• Data shown
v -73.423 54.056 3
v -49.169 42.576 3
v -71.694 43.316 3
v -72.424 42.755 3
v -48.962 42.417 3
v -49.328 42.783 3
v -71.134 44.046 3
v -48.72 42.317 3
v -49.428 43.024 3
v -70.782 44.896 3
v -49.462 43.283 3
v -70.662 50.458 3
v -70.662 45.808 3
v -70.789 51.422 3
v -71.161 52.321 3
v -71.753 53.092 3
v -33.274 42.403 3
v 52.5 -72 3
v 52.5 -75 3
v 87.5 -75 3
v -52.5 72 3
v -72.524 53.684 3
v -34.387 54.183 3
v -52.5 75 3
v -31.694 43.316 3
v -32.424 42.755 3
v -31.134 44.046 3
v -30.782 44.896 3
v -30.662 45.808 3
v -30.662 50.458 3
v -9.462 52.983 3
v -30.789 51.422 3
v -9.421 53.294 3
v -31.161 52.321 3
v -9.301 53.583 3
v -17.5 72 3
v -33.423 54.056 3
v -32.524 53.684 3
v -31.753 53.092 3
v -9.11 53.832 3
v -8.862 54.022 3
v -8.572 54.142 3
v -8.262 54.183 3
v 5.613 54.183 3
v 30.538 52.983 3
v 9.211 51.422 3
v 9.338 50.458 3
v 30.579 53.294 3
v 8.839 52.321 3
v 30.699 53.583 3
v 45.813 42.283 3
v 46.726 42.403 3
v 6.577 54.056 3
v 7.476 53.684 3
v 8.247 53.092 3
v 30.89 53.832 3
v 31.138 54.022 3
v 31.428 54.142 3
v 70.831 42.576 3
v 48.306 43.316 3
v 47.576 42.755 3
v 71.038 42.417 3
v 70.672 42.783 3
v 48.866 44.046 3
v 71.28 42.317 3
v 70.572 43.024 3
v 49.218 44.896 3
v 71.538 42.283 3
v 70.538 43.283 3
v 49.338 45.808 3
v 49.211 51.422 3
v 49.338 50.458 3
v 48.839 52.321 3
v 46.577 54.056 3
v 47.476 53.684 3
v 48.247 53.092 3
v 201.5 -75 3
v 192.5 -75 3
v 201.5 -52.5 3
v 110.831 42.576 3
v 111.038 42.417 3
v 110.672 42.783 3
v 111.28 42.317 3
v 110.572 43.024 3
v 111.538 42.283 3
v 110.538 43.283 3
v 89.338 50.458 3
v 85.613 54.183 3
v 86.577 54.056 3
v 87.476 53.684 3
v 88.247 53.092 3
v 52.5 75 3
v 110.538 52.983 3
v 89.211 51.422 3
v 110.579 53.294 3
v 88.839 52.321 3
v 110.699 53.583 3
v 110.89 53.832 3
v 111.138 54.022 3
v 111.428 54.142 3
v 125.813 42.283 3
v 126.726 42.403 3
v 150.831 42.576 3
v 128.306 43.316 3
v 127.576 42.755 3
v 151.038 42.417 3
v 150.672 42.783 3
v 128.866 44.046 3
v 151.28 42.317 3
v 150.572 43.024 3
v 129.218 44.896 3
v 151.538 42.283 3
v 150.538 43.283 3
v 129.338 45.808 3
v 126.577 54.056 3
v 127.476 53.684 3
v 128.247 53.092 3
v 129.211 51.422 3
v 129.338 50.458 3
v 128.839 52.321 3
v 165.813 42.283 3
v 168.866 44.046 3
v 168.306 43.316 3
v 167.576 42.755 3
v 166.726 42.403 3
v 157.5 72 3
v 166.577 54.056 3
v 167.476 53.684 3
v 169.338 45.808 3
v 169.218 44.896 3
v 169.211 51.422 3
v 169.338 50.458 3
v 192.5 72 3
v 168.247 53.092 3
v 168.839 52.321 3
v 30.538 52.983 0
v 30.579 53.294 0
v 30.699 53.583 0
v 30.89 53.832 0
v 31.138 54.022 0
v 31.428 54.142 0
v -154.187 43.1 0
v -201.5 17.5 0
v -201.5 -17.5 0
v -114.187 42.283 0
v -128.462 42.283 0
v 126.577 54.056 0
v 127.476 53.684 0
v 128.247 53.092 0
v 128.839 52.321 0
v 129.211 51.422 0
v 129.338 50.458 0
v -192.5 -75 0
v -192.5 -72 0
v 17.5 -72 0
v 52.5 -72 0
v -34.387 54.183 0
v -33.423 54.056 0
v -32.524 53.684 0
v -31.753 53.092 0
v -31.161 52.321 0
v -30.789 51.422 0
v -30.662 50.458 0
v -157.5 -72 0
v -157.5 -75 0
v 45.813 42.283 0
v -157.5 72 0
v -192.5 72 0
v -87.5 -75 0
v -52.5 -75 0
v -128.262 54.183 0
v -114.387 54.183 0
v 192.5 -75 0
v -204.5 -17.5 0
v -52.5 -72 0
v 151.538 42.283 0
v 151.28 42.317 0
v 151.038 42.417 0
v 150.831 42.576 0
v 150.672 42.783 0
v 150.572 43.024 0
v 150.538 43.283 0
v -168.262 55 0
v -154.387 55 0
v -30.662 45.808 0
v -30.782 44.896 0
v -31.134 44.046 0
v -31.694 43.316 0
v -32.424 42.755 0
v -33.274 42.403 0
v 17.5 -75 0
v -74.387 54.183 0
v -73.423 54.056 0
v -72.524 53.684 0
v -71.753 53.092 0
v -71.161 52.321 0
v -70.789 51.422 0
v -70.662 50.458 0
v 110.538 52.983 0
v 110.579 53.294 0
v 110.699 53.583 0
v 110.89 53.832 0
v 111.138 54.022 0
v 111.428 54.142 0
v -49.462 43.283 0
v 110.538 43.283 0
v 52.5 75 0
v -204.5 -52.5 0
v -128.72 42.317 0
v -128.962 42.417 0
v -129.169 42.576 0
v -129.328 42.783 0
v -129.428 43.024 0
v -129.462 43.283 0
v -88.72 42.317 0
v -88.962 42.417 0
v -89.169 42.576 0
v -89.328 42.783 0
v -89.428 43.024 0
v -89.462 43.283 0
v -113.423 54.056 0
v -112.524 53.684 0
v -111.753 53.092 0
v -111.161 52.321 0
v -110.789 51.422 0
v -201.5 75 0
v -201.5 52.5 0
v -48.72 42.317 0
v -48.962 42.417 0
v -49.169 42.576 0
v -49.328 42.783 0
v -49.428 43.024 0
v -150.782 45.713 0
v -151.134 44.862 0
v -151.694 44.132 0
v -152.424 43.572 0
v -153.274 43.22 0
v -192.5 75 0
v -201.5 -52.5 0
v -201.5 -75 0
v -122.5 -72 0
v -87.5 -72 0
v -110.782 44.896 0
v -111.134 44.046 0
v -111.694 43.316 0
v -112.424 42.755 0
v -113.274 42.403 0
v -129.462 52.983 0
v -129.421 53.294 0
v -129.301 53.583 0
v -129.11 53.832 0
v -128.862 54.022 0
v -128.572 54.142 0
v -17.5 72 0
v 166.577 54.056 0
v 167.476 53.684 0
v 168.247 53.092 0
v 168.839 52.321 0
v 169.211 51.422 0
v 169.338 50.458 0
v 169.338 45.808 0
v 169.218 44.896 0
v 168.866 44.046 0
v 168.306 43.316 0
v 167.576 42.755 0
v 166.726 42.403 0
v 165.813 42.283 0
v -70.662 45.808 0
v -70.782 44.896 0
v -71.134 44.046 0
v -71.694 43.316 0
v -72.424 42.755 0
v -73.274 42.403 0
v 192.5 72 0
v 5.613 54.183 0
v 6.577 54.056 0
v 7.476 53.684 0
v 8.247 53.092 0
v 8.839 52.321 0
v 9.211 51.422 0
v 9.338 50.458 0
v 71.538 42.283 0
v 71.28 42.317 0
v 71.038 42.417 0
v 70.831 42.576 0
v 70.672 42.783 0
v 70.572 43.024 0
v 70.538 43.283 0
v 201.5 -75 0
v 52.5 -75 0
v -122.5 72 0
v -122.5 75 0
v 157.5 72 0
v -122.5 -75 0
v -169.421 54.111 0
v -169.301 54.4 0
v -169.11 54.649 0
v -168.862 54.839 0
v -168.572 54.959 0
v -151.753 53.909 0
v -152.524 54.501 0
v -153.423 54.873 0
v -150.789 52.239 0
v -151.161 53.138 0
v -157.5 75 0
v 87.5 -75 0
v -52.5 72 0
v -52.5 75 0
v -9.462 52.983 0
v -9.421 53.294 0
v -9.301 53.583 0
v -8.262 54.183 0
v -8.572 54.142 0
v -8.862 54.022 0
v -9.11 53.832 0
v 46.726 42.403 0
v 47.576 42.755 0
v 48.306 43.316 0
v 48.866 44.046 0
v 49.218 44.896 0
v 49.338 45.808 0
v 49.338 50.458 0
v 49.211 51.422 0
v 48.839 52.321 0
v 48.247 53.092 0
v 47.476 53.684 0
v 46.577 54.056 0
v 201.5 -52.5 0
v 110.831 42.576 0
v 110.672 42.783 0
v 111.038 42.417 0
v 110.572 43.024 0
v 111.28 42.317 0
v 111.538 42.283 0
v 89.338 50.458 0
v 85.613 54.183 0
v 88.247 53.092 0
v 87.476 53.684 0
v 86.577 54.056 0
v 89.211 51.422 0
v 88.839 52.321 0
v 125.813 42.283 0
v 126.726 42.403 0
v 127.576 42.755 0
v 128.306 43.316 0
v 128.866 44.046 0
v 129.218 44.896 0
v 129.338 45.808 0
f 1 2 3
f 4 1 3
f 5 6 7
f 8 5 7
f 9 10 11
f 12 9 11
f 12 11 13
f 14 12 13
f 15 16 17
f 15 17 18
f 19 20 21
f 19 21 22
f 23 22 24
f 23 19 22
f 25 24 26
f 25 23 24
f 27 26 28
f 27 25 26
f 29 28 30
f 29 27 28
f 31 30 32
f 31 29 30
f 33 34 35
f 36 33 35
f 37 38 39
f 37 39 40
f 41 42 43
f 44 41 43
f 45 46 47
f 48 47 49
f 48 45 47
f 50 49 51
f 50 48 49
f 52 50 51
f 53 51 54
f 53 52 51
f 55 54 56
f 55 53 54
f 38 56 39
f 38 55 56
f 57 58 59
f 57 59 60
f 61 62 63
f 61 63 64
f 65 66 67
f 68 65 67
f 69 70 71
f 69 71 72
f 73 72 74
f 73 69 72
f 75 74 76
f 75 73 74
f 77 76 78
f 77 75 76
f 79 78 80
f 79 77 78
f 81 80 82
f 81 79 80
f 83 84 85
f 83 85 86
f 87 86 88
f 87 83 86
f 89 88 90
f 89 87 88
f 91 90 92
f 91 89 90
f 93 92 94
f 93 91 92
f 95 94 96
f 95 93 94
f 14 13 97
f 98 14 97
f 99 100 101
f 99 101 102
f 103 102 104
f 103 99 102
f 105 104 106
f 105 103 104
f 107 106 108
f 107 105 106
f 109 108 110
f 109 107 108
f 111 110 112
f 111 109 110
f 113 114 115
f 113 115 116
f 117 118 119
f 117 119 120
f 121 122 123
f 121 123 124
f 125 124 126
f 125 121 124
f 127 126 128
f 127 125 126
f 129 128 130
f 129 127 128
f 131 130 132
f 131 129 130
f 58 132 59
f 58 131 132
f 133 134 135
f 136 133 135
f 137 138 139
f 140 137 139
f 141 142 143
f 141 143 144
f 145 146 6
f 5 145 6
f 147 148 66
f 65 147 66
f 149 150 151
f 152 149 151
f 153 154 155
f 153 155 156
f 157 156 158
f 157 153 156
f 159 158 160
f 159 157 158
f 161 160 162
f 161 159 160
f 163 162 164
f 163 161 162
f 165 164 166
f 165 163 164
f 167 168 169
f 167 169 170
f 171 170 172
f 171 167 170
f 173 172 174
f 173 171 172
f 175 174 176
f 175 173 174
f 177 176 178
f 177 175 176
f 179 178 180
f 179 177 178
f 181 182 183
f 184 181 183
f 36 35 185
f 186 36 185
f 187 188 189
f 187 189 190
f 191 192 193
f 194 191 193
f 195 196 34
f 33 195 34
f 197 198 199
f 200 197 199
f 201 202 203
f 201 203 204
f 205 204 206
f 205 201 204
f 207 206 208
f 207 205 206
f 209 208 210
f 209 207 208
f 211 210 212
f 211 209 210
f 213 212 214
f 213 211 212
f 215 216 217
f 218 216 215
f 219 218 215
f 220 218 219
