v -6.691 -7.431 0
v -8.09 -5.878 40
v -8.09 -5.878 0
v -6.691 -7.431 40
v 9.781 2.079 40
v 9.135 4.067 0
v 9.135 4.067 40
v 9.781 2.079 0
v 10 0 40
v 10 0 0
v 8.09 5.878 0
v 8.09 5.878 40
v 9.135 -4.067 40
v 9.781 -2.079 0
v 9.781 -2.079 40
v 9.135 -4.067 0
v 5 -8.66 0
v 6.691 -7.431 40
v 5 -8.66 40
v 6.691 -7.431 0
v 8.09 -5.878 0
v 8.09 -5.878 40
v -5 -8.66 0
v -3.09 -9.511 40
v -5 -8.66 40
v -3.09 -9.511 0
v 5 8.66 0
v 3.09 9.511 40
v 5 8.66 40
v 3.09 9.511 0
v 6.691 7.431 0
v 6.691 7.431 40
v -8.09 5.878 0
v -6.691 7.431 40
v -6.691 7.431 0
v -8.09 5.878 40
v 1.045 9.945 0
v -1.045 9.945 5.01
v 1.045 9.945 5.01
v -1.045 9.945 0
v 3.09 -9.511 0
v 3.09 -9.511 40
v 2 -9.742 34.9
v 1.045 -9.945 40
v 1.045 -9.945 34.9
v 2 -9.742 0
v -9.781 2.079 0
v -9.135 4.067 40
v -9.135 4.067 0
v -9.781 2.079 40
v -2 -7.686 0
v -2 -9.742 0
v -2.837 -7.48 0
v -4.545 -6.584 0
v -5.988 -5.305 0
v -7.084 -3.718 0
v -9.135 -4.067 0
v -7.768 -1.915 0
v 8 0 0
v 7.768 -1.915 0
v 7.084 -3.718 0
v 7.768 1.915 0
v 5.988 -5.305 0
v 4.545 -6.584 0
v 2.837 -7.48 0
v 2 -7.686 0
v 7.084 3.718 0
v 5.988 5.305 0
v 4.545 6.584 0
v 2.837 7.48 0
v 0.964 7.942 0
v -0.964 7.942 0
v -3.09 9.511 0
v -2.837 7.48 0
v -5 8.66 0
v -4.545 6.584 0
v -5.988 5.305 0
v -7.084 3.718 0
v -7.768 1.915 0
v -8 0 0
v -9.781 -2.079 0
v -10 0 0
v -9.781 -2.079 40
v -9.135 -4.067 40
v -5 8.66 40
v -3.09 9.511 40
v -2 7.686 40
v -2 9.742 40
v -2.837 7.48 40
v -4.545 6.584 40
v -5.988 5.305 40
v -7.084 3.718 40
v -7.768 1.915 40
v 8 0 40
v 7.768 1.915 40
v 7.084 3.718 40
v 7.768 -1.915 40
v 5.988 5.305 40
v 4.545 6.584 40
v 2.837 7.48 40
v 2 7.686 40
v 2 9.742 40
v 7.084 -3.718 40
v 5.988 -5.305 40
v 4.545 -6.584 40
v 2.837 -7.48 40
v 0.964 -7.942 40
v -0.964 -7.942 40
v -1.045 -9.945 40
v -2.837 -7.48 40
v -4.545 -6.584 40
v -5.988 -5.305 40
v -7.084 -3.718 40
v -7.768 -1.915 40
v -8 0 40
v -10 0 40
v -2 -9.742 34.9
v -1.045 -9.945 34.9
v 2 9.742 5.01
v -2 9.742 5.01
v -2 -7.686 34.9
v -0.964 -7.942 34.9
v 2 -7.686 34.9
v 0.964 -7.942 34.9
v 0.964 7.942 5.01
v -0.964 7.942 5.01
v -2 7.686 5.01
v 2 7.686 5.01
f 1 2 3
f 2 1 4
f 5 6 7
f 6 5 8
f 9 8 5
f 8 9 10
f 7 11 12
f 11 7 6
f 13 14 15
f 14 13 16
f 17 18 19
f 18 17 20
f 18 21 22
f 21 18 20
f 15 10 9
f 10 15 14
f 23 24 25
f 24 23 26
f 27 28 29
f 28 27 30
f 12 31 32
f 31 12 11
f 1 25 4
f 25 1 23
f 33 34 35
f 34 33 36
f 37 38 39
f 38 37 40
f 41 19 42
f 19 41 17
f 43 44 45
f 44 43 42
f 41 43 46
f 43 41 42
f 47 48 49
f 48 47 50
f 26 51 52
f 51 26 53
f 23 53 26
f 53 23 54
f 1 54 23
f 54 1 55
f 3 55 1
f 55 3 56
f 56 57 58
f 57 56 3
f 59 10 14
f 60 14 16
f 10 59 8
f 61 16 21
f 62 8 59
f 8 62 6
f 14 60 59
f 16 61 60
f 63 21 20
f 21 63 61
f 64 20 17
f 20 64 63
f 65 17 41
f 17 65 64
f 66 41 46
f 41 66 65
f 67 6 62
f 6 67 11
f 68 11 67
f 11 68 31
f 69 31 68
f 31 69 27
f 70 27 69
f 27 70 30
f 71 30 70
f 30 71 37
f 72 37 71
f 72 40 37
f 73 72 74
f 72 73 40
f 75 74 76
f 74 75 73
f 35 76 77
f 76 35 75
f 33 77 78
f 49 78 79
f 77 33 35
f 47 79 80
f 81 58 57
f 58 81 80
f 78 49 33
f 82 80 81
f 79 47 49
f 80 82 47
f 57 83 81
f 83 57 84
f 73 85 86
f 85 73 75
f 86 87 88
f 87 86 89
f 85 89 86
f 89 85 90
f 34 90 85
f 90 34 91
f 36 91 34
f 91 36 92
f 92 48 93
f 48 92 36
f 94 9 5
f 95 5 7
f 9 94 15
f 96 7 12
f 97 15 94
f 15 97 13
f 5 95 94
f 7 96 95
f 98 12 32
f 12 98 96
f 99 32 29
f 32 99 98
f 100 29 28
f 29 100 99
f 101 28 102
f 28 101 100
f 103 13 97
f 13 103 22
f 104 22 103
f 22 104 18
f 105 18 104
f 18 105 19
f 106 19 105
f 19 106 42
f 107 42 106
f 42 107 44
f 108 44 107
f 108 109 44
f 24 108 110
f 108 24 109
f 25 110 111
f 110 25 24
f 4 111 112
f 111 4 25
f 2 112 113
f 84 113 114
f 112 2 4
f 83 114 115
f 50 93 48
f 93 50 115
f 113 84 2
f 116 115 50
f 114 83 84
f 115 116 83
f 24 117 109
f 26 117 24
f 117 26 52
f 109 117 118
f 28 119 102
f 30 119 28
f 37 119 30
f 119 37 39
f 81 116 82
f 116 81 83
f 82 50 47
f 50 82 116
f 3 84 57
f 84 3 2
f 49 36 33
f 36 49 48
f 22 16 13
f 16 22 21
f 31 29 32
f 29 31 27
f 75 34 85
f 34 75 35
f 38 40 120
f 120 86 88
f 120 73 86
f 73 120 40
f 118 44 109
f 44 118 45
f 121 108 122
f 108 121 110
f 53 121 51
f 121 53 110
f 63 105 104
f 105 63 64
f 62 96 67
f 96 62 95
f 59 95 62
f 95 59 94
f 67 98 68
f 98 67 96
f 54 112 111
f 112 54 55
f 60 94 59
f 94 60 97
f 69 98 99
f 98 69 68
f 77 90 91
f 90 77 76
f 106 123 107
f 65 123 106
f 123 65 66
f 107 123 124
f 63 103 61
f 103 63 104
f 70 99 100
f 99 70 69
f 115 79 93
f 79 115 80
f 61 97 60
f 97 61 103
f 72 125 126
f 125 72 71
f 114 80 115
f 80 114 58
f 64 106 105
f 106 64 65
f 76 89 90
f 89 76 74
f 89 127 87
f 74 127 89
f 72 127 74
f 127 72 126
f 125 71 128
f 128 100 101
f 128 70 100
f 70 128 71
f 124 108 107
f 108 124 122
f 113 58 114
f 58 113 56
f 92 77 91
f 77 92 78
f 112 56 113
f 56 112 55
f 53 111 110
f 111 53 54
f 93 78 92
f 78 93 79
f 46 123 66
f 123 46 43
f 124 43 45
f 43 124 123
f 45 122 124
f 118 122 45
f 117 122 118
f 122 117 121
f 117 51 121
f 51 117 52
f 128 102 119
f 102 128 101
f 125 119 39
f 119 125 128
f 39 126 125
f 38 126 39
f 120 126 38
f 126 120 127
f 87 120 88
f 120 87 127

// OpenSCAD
difference() {
  cylinder(r=10, h=40);

  translate([0, 0, -0.5])
  cylinder(r=8, h=41);

  translate([-2, -10, -0.1])
  cube([4, 4, 35]);

  translate([-2, 7, 5.01])
  cube([4, 4, 35]);
}

translate([0, 0, 20])
# square(size=[30, 30], center=true);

• Activity
Output exactly the leading lines of the data, up to and including the line marked by "v 70.672 42.783 3".

• Answer to this problem
v -73.423 54.056 3
v -49.169 42.576 3
v -71.694 43.316 3
v -72.424 42.755 3
v -48.962 42.417 3
v -49.328 42.783 3
v -71.134 44.046 3
v -48.72 42.317 3
v -49.428 43.024 3
v -70.782 44.896 3
v -49.462 43.283 3
v -70.662 50.458 3
v -70.662 45.808 3
v -70.789 51.422 3
v -71.161 52.321 3
v -71.753 53.092 3
v -33.274 42.403 3
v 52.5 -72 3
v 52.5 -75 3
v 87.5 -75 3
v -52.5 72 3
v -72.524 53.684 3
v -34.387 54.183 3
v -52.5 75 3
v -31.694 43.316 3
v -32.424 42.755 3
v -31.134 44.046 3
v -30.782 44.896 3
v -30.662 45.808 3
v -30.662 50.458 3
v -9.462 52.983 3
v -30.789 51.422 3
v -9.421 53.294 3
v -31.161 52.321 3
v -9.301 53.583 3
v -17.5 72 3
v -33.423 54.056 3
v -32.524 53.684 3
v -31.753 53.092 3
v -9.11 53.832 3
v -8.862 54.022 3
v -8.572 54.142 3
v -8.262 54.183 3
v 5.613 54.183 3
v 30.538 52.983 3
v 9.211 51.422 3
v 9.338 50.458 3
v 30.579 53.294 3
v 8.839 52.321 3
v 30.699 53.583 3
v 45.813 42.283 3
v 46.726 42.403 3
v 6.577 54.056 3
v 7.476 53.684 3
v 8.247 53.092 3
v 30.89 53.832 3
v 31.138 54.022 3
v 31.428 54.142 3
v 70.831 42.576 3
v 48.306 43.316 3
v 47.576 42.755 3
v 71.038 42.417 3
v 70.672 42.783 3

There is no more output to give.